Data records |
※

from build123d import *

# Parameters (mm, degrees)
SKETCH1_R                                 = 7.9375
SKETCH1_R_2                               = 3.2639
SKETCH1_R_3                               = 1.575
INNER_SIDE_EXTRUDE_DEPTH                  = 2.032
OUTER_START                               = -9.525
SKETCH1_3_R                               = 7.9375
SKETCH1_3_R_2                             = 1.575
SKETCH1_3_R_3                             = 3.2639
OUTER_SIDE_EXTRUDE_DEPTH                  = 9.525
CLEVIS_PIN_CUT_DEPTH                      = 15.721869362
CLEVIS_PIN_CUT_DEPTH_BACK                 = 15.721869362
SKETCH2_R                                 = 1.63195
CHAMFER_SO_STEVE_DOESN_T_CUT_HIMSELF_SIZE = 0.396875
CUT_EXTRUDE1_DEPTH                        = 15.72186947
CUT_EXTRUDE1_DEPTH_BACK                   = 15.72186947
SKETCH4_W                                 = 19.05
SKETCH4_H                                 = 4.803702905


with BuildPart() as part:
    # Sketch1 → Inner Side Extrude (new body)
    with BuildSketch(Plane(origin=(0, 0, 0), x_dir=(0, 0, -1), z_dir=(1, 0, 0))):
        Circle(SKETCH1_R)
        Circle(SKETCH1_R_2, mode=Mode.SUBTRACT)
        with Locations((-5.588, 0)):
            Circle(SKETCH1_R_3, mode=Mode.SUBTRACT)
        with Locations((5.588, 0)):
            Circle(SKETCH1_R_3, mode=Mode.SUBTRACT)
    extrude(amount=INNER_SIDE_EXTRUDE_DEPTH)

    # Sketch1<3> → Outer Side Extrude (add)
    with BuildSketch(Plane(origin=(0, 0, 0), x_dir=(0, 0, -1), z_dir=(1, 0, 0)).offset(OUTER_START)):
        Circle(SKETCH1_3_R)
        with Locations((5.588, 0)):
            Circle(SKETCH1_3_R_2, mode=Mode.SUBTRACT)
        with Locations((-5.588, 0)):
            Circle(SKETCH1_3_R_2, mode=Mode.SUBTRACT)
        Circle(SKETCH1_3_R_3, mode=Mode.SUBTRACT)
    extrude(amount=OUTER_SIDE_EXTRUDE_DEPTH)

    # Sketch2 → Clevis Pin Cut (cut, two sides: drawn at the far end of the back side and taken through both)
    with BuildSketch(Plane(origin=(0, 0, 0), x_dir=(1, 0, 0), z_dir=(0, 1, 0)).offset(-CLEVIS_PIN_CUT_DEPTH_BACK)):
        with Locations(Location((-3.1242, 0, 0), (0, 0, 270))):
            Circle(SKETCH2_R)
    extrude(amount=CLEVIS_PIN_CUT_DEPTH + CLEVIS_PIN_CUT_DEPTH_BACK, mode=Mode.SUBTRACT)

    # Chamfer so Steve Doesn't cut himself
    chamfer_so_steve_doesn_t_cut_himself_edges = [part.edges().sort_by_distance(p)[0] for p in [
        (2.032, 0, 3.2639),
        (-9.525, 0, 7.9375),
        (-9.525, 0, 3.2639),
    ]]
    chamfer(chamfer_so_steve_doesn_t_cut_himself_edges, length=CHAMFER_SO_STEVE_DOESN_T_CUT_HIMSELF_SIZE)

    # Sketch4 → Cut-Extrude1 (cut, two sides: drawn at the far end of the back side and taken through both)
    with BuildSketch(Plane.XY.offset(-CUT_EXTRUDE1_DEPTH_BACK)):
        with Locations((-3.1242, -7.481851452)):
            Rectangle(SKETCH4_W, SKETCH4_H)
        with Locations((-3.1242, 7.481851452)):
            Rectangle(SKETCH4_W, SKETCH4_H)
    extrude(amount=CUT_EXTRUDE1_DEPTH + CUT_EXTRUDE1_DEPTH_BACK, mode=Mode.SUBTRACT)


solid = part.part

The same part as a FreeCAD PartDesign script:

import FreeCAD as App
import Part
import Sketcher
Q = App.Units.Quantity


def edges_at(feature, points):
    """Names of the edges that pass closest to the given points."""
    edges = feature.Shape.Edges
    near = lambda p: min(range(len(edges)), key=lambda i: edges[i].distToShape(Part.Vertex(*p))[0])
    return sorted({f"Edge{near(p) + 1}" for p in points})


def add_polygon(sketch, points):
    """Adds a closed chain of lines whose ends are joined by coincident constraints."""
    first, n = sketch.GeometryCount, len(points)
    for a, b in zip(points, points[1:] + points[:1]):
        sketch.addGeometry(Part.LineSegment(App.Vector(*a, 0), App.Vector(*b, 0)), False)
    for i in range(n):
        sketch.addConstraint(Sketcher.Constraint("Coincident", first + i, 2, first + (i + 1) % n, 1))

doc = App.newDocument("Part")
body = doc.addObject("PartDesign::Body", "Body")

# Sketch on YZ plane
sketch1 = body.newObject("Sketcher::SketchObject", "Sketch")
sketch1.AttachmentSupport = (doc.getObject("YZ_Plane"), [""])
sketch1.MapMode = "FlatFace"
sketch1.addGeometry([
    Part.Circle(App.Vector(0, 0, 0), App.Vector(0, 0, 1), 7.9),
    Part.Circle(App.Vector(0, 5.6, 0), App.Vector(0, 0, 1), 1.6),
    Part.Circle(App.Vector(0, 0, 0), App.Vector(0, 0, 1), 3.3),
    Part.Circle(App.Vector(0, -5.6, 0), App.Vector(0, 0, 1), 1.6),
], False)
sketch1.addConstraint([
    Sketcher.Constraint("Coincident", 0, 3, -1, 1),
    Sketcher.Constraint("Coincident", 2, 3, -1, 1),
    Sketcher.Constraint("Equal", 1, 3),
    Sketcher.Constraint("Symmetric", 1, 3, 3, 3, -1, 1),
    Sketcher.Constraint("PointOnObject", 1, 3, -2),
    Sketcher.Constraint("Diameter", 0, Q("0.625 in")),
    Sketcher.Constraint("Diameter", 2, Q("0.257 in")),
    Sketcher.Constraint("Diameter", 1, 3.15),
    Sketcher.Constraint("DistanceY", -1, 1, 1, 3, Q("0.22 in")),
])
pad1 = body.newObject("PartDesign::Pad", "Pad")
pad1.Profile = sketch1
pad1.Length = Q("0.08 in")

# Sketch on YZ plane
sketch2 = body.newObject("Sketcher::SketchObject", "Sketch001")
sketch2.AttachmentSupport = (doc.getObject("YZ_Plane"), [""])
sketch2.MapMode = "FlatFace"
sketch2.AttachmentOffset = App.Placement(App.Vector(0, 0, -0.375 * 25.4), App.Rotation())
sketch2.addGeometry([
    Part.Circle(App.Vector(0, 0, 0), App.Vector(0, 0, 1), 7.9),
    Part.Circle(App.Vector(0, 5.6, 0), App.Vector(0, 0, 1), 1.6),
    Part.Circle(App.Vector(0, 0, 0), App.Vector(0, 0, 1), 3.3),
    Part.Circle(App.Vector(0, -5.6, 0), App.Vector(0, 0, 1), 1.6),
], False)
sketch2.addConstraint([
    Sketcher.Constraint("Coincident", 0, 3, -1, 1),
    Sketcher.Constraint("Coincident", 2, 3, -1, 1),
    Sketcher.Constraint("Equal", 1, 3),
    Sketcher.Constraint("Symmetric", 1, 3, 3, 3, -1, 1),
    Sketcher.Constraint("PointOnObject", 1, 3, -2),
    Sketcher.Constraint("Diameter", 0, Q("0.625 in")),
    Sketcher.Constraint("Diameter", 2, Q("0.257 in")),
    Sketcher.Constraint("Diameter", 1, 3.15),
    Sketcher.Constraint("DistanceY", -1, 1, 1, 3, Q("0.22 in")),
])
pad2 = body.newObject("PartDesign::Pad", "Pad001")
pad2.Profile = sketch2
pad2.Length = Q("0.375 in")

# Sketch on XZ plane
sketch3 = body.newObject("Sketcher::SketchObject", "Sketch002")
sketch3.AttachmentSupport = (doc.getObject("XZ_Plane"), [""])
sketch3.MapMode = "FlatFace"
sketch3.addGeometry(Part.Circle(App.Vector(-3.1, 0, 0), App.Vector(0, 0, 1), 1.6), False)
sketch3.addConstraint([
    Sketcher.Constraint("PointOnObject", 0, 3, -1),
    Sketcher.Constraint("Diameter", 0, Q("0.1285 in")),
    Sketcher.Constraint("DistanceX", 0, 3, -1, 1, Q("0.123 in")),
])
pocket1 = body.newObject("PartDesign::Pocket", "Pocket")
pocket1.Profile = sketch3
pocket1.Type = "ThroughAll"
pocket1.Midplane = True
doc.recompute()

chamfer = body.newObject("PartDesign::Chamfer", "Chamfer")
chamfer.Base = (pocket1, edges_at(pocket1, [(2.032, 0, 3.264), (-9.525, 0, 7.938), (-9.525, 0, 3.264)]))
chamfer.Size = Q("0.015625 in")

# Sketch on XY plane
sketch4 = body.newObject("Sketcher::SketchObject", "Sketch003")
sketch4.AttachmentSupport = (doc.getObject("XY_Plane"), [""])
sketch4.MapMode = "FlatFace"
add_polygon(sketch4, [(-12.6, -5.1), (-12.6, -9.9), (6.4, -9.9), (6.4, -5.1)])  # lines 0-3
add_polygon(sketch4, [(-12.6, 9.9), (-12.6, 5.1), (6.4, 5.1), (6.4, 9.9)])  # lines 4-7
sketch4.addConstraint([
    Sketcher.Constraint("Vertical", 0),
    Sketcher.Constraint("Horizontal", 1),
    Sketcher.Constraint("Vertical", 2),
    Sketcher.Constraint("Horizontal", 3),
    Sketcher.Constraint("Vertical", 4),
    Sketcher.Constraint("Horizontal", 5),
    Sketcher.Constraint("Vertical", 6),
    Sketcher.Constraint("Horizontal", 7),
    Sketcher.Constraint("Symmetric", 3, 2, 4, 2, -1),
    Sketcher.Constraint("Symmetric", 1, 2, 6, 2, -1),
    Sketcher.Constraint("DistanceX", 1, 1, 1, 2, Q("0.75 in")),
    Sketcher.Constraint("DistanceY", 2, 2, -1, 1, Q("0.2 in")),
    Sketcher.Constraint("DistanceX", 0, 2, -1, 1, Q("0.498 in")),
    Sketcher.Constraint("DistanceY", 0, 2, 0, 1, 4.803703),
])
pocket2 = body.newObject("PartDesign::Pocket", "Pocket001")
pocket2.Profile = sketch4
pocket2.Type = "ThroughAll"
pocket2.Midplane = True

doc.recompute()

※

Transcribe the lines from the first line of the records through the line that contains "extrude(amount=OUTER_SIDE_EXTRUDE_DEPTH)", both included, and add nothing else.

from build123d import *

# Parameters (mm, degrees)
SKETCH1_R                                 = 7.9375
SKETCH1_R_2                               = 3.2639
SKETCH1_R_3                               = 1.575
INNER_SIDE_EXTRUDE_DEPTH                  = 2.032
OUTER_START                               = -9.525
SKETCH1_3_R                               = 7.9375
SKETCH1_3_R_2                             = 1.575
SKETCH1_3_R_3                             = 3.2639
OUTER_SIDE_EXTRUDE_DEPTH                  = 9.525
CLEVIS_PIN_CUT_DEPTH                      = 15.721869362
CLEVIS_PIN_CUT_DEPTH_BACK                 = 15.721869362
SKETCH2_R                                 = 1.63195
CHAMFER_SO_STEVE_DOESN_T_CUT_HIMSELF_SIZE = 0.396875
CUT_EXTRUDE1_DEPTH                        = 15.72186947
CUT_EXTRUDE1_DEPTH_BACK                   = 15.72186947
SKETCH4_W                                 = 19.05
SKETCH4_H                                 = 4.803702905


with BuildPart() as part:
    # Sketch1 → Inner Side Extrude (new body)
    with BuildSketch(Plane(origin=(0, 0, 0), x_dir=(0, 0, -1), z_dir=(1, 0, 0))):
        Circle(SKETCH1_R)
        Circle(SKETCH1_R_2, mode=Mode.SUBTRACT)
        with Locations((-5.588, 0)):
            Circle(SKETCH1_R_3, mode=Mode.SUBTRACT)
        with Locations((5.588, 0)):
            Circle(SKETCH1_R_3, mode=Mode.SUBTRACT)
    extrude(amount=INNER_SIDE_EXTRUDE_DEPTH)

    # Sketch1<3> → Outer Side Extrude (add)
    with BuildSketch(Plane(origin=(0, 0, 0), x_dir=(0, 0, -1), z_dir=(1, 0, 0)).offset(OUTER_START)):
        Circle(SKETCH1_3_R)
        with Locations((5.588, 0)):
            Circle(SKETCH1_3_R_2, mode=Mode.SUBTRACT)
        with Locations((-5.588, 0)):
            Circle(SKETCH1_3_R_2, mode=Mode.SUBTRACT)
        Circle(SKETCH1_3_R_3, mode=Mode.SUBTRACT)
    extrude(amount=OUTER_SIDE_EXTRUDE_DEPTH)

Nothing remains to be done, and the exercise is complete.